Several journalists indeed described it as the best generic tasting they have ever attended with Tim Atkin adding that it was ‘buzzy, innovative and full of good wines ‘. He, and no doubt others, particularly enjoyed the ability to compare and contrast the differences in style and origin across the three countries.
There were criticisms: of the sheer number of exhibitors, the ongoing difficulty in persuading enough of the grass roots of the trade to appear and of the lack of merchandising.
Most of my particular comments were addressed at generic tastings in general rather than the Beautiful South in particular but I can’t see why it wouldn’t be possible to get the best of both worlds : an event which gave people such as Tim the opportunity to taste the three countries wines side by side, yet which also allowed the very different personalities of each country to shine through, other than simply through their wines.
And as for my point about the desirability of encouraging producers to promote their individuality I really do appreciate the difficulties involved in allowing a free for all, in terms of creating excitement around each stand, when budgets are small and 300+ producers need to be accommodated.
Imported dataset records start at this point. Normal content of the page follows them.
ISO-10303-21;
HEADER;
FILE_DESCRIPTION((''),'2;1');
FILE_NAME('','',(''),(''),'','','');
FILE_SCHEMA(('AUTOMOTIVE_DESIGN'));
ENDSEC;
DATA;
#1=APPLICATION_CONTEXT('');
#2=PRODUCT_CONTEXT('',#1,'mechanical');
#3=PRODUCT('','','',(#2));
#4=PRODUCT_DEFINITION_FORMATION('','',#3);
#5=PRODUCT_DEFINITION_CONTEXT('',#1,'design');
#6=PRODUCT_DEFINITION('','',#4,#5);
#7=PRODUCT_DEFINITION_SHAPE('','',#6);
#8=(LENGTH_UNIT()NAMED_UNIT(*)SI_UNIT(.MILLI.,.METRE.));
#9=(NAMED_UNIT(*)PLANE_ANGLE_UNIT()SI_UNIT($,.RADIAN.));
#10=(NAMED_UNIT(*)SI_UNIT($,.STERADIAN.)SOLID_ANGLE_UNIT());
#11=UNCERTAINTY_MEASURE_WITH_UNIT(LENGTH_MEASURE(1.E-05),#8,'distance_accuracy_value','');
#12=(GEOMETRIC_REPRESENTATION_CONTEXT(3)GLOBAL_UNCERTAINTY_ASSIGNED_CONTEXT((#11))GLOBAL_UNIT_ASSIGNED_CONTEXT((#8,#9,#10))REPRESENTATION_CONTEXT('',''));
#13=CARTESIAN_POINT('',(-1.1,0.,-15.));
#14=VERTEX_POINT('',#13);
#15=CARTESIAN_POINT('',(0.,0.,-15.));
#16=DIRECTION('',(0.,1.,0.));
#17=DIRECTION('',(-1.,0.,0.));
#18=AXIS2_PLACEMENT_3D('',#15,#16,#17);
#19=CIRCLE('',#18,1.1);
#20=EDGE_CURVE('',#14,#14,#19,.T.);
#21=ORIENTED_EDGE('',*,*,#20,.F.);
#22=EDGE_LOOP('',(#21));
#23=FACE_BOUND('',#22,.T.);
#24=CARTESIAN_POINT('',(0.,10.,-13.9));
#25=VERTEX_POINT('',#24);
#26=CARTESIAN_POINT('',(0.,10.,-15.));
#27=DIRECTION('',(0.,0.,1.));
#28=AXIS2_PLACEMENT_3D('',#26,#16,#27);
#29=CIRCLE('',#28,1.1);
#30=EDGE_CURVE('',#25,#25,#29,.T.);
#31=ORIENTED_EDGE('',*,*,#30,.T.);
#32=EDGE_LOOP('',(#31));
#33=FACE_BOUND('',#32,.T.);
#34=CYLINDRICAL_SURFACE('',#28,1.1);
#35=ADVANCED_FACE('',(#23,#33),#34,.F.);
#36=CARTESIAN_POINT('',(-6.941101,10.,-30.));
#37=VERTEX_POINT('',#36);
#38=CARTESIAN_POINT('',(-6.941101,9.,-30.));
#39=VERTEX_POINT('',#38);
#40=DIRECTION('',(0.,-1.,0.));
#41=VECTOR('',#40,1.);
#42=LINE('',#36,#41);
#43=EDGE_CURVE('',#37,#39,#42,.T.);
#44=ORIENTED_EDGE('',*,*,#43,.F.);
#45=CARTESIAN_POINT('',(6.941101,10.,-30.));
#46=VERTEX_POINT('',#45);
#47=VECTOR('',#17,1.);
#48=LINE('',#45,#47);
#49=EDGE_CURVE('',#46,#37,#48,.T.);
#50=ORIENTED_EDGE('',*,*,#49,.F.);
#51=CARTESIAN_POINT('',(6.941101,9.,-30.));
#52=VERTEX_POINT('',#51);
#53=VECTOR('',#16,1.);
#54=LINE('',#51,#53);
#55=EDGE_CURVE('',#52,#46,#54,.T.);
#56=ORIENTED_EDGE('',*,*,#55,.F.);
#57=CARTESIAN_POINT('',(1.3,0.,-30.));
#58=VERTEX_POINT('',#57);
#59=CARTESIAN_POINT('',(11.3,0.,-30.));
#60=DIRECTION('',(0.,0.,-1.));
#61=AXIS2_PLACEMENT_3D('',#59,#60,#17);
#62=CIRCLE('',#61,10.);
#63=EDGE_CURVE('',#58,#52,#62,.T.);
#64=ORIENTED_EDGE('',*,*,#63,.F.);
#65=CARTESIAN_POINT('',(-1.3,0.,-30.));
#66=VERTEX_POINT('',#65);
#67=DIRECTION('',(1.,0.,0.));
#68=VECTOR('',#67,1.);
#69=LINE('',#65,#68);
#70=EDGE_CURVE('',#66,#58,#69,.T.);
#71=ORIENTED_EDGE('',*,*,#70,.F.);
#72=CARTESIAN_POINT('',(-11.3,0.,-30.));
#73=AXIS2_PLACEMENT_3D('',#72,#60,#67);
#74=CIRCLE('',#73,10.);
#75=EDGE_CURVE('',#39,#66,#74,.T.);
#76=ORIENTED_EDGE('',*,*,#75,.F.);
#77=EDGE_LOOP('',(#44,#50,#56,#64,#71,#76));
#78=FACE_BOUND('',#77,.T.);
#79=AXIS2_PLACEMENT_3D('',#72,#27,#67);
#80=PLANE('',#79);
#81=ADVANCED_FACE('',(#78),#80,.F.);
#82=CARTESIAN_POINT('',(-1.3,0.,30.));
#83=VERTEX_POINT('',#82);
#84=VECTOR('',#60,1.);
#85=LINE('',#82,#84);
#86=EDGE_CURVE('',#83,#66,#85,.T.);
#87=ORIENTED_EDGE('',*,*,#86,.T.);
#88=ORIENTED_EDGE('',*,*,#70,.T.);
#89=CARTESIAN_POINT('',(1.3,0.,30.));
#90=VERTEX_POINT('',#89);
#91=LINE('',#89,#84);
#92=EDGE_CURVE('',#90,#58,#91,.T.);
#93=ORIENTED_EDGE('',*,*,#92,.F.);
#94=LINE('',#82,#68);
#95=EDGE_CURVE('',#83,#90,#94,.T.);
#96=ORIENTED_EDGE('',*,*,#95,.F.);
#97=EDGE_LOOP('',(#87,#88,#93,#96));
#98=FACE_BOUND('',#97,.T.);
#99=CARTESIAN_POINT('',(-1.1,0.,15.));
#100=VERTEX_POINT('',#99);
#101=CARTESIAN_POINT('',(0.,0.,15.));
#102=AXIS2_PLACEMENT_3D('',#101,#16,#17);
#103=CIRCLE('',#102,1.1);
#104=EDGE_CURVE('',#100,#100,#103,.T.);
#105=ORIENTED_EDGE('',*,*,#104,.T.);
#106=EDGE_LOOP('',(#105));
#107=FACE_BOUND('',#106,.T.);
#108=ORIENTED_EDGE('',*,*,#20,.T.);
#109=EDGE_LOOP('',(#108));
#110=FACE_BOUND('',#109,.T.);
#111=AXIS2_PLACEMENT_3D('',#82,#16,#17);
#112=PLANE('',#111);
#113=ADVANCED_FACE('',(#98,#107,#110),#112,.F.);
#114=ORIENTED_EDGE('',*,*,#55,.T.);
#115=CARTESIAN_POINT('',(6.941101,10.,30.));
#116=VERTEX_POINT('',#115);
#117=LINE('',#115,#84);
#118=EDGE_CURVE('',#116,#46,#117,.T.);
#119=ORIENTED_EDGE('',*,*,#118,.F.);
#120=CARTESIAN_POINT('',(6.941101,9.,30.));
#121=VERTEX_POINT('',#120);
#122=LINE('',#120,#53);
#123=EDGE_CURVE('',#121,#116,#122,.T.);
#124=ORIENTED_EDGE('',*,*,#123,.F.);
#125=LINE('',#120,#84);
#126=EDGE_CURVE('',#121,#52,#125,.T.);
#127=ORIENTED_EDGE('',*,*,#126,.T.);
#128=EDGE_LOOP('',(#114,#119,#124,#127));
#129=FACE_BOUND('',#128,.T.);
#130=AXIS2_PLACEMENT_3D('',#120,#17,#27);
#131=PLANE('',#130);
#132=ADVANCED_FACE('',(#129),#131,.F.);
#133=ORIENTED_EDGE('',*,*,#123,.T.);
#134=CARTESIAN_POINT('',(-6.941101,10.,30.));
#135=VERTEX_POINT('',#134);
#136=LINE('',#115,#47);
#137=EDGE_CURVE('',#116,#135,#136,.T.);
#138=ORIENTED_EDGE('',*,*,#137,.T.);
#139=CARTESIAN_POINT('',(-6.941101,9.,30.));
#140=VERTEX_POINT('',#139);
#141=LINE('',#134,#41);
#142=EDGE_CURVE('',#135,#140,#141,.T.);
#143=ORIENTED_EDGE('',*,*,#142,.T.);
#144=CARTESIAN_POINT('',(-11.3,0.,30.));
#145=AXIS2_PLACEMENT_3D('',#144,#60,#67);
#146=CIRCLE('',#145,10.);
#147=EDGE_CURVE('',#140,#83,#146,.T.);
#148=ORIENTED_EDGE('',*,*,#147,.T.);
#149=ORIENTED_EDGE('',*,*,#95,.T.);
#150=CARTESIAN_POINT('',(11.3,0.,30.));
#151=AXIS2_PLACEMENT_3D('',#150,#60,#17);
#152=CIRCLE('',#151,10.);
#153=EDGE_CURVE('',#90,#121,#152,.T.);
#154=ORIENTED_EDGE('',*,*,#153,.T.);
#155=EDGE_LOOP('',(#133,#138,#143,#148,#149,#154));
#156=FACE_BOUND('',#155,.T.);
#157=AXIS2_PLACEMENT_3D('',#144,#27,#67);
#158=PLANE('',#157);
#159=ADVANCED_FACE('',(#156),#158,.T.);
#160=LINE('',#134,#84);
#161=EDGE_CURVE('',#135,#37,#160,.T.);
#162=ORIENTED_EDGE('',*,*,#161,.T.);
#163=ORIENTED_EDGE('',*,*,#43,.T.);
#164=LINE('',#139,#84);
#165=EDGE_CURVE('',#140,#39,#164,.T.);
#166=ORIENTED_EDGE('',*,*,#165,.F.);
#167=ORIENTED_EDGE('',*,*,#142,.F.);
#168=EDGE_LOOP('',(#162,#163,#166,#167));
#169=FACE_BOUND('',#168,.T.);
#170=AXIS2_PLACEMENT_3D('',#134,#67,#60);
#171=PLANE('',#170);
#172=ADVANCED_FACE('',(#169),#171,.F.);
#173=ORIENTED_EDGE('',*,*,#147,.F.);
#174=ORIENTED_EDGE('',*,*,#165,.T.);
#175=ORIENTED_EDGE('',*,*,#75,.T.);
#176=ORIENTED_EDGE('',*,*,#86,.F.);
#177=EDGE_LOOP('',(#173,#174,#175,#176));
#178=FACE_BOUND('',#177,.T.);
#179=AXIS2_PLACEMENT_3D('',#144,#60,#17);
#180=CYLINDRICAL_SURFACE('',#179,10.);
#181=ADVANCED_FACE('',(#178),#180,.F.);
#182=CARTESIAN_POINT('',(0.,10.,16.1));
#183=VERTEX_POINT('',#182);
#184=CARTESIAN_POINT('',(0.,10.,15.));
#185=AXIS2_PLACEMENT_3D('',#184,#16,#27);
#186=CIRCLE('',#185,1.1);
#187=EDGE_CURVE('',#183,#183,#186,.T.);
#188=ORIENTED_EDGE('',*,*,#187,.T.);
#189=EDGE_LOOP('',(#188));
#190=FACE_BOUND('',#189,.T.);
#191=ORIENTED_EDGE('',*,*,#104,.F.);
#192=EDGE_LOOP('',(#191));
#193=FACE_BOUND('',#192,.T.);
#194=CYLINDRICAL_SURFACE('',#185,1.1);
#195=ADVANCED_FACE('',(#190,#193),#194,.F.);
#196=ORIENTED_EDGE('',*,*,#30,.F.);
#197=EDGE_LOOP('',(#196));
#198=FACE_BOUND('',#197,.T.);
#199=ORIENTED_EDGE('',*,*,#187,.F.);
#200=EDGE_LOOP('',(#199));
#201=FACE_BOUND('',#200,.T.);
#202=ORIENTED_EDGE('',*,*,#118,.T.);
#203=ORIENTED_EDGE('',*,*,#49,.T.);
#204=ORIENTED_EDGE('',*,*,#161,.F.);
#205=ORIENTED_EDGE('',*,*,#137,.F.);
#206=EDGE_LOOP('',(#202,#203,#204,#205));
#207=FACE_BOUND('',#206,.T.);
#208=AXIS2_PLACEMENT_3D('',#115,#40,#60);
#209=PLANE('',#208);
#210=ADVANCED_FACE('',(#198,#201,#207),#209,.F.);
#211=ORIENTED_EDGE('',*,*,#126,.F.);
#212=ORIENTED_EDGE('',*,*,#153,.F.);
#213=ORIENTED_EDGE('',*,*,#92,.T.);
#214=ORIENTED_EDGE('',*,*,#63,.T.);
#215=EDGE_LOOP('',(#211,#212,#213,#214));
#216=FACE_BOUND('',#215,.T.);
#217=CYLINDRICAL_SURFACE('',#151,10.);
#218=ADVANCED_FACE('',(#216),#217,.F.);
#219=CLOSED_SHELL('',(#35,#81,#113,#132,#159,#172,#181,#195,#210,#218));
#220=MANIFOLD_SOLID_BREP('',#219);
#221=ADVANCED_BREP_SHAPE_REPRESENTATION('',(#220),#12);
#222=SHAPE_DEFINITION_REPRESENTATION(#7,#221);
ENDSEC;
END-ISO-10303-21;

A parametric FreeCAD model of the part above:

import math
import FreeCAD as App
import Part
import Sketcher

V = App.Vector
Q = App.Units.Quantity

doc = App.newDocument("Part")
body = doc.addObject("PartDesign::Body", "Body")

# Sketch on XY plane
sketch1 = body.newObject("Sketcher::SketchObject", "Sketch")
sketch1.AttachmentSupport = (doc.getObject("XY_Plane"), [""])
sketch1.MapMode = "FlatFace"
sketch1.addGeometry([
    Part.LineSegment(V(-1.3, 0, 0), V(1.3, 0, 0)),  # 0
    Part.ArcOfCircle(Part.Circle(V(11.3, 0, 0), V(0, 0, 1), 10), math.radians(116), math.radians(180)),  # 1
    Part.LineSegment(V(6.9, 9, 0), V(6.9, 10, 0)),  # 2
    Part.LineSegment(V(6.9, 10, 0), V(-6.9, 10, 0)),  # 3
    Part.LineSegment(V(-6.9, 10, 0), V(-6.9, 9, 0)),  # 4
    Part.ArcOfCircle(Part.Circle(V(-11.3, 0, 0), V(0, 0, 1), 10), math.radians(0), math.radians(64)),  # 5
], False)
sketch1.addConstraint([
    Sketcher.Constraint("Coincident", 0, 2, 1, 2),
    Sketcher.Constraint("Coincident", 1, 1, 2, 1),
    Sketcher.Constraint("Coincident", 2, 2, 3, 1),
    Sketcher.Constraint("Coincident", 3, 2, 4, 1),
    Sketcher.Constraint("Coincident", 4, 2, 5, 2),
    Sketcher.Constraint("Coincident", 5, 1, 0, 1),
    Sketcher.Constraint("Horizontal", 0),
    Sketcher.Constraint("Vertical", 2),
    Sketcher.Constraint("Horizontal", 3),
    Sketcher.Constraint("Vertical", 4),
    Sketcher.Constraint("Equal", 1, 5),
    Sketcher.Constraint("Symmetric", 1, 3, 5, 3, -1, 1),
    Sketcher.Constraint("Symmetric", 1, 1, 4, 2, -2),
    Sketcher.Constraint("PointOnObject", 0, 2, -1),
    Sketcher.Constraint("Radius", 1, Q("10 mm")),
    Sketcher.Constraint("DistanceY", 2, 1, 2, 2, Q("1 mm")),
    Sketcher.Constraint("DistanceX", 0, 1, 0, 2, Q("2.6 mm")),
    Sketcher.Constraint("DistanceY", -1, 1, 1, 1, Q("9 mm")),
])
pad1 = body.newObject("PartDesign::Pad", "Pad")
pad1.Profile = sketch1
pad1.Length = 60
pad1.Midplane = True

# Sketch on XZ plane
sketch2 = body.newObject("Sketcher::SketchObject", "Sketch001")
sketch2.AttachmentSupport = (doc.getObject("XZ_Plane"), [""])
sketch2.MapMode = "FlatFace"
sketch2.AttachmentOffset = App.Placement(V(0, 0, -10), App.Rotation())
sketch2.addGeometry([
    Part.Circle(V(0, 15, 0), V(0, 0, 1), 1.1),
    Part.Circle(V(0, -15, 0), V(0, 0, 1), 1.1),
], False)
sketch2.addConstraint([
    Sketcher.Constraint("Equal", 0, 1),
    Sketcher.Constraint("Symmetric", 0, 3, 1, 3, -1, 1),
    Sketcher.Constraint("PointOnObject", 0, 3, -2),
    Sketcher.Constraint("Diameter", 0, Q("2.2 mm")),
    Sketcher.Constraint("DistanceY", -1, 1, 0, 3, Q("15 mm")),
])
doc.recompute()
hole = body.newObject("PartDesign::Hole", "Hole")
hole.Profile = sketch2
hole.ThreadType = "None"
hole.Diameter = 2.2
hole.DepthType = "ThroughAll"
hole.Reversed = True

doc.recompute()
However when I read the comment by an independent buyer, about trade fairs in general, that ” what such events lack in charm, they make up for in practicality ” my heart sank. Surely the two are not that incompatible ? Surely even if you are under severe time pressure and are on a mission to select a short list of Argentinian Malbecs after tasting as many wines as possible, you wouldn’t mind being distracted by some particularly stunning piece of packaging or a video clip which helped bring the producer to life or even a couple dancing the tango. Did anybody pass by the rainbow coloured rhinoceros outside Olympia on the way in to the Beautiful South without smiling, however much of a hurry they were in ?
Events that charm, that make one smile, that stimulate all the senses and not just those used to select the best wine , must surely leave one feeling more positive than events that don’t, however focussed and rational we all like to think we are.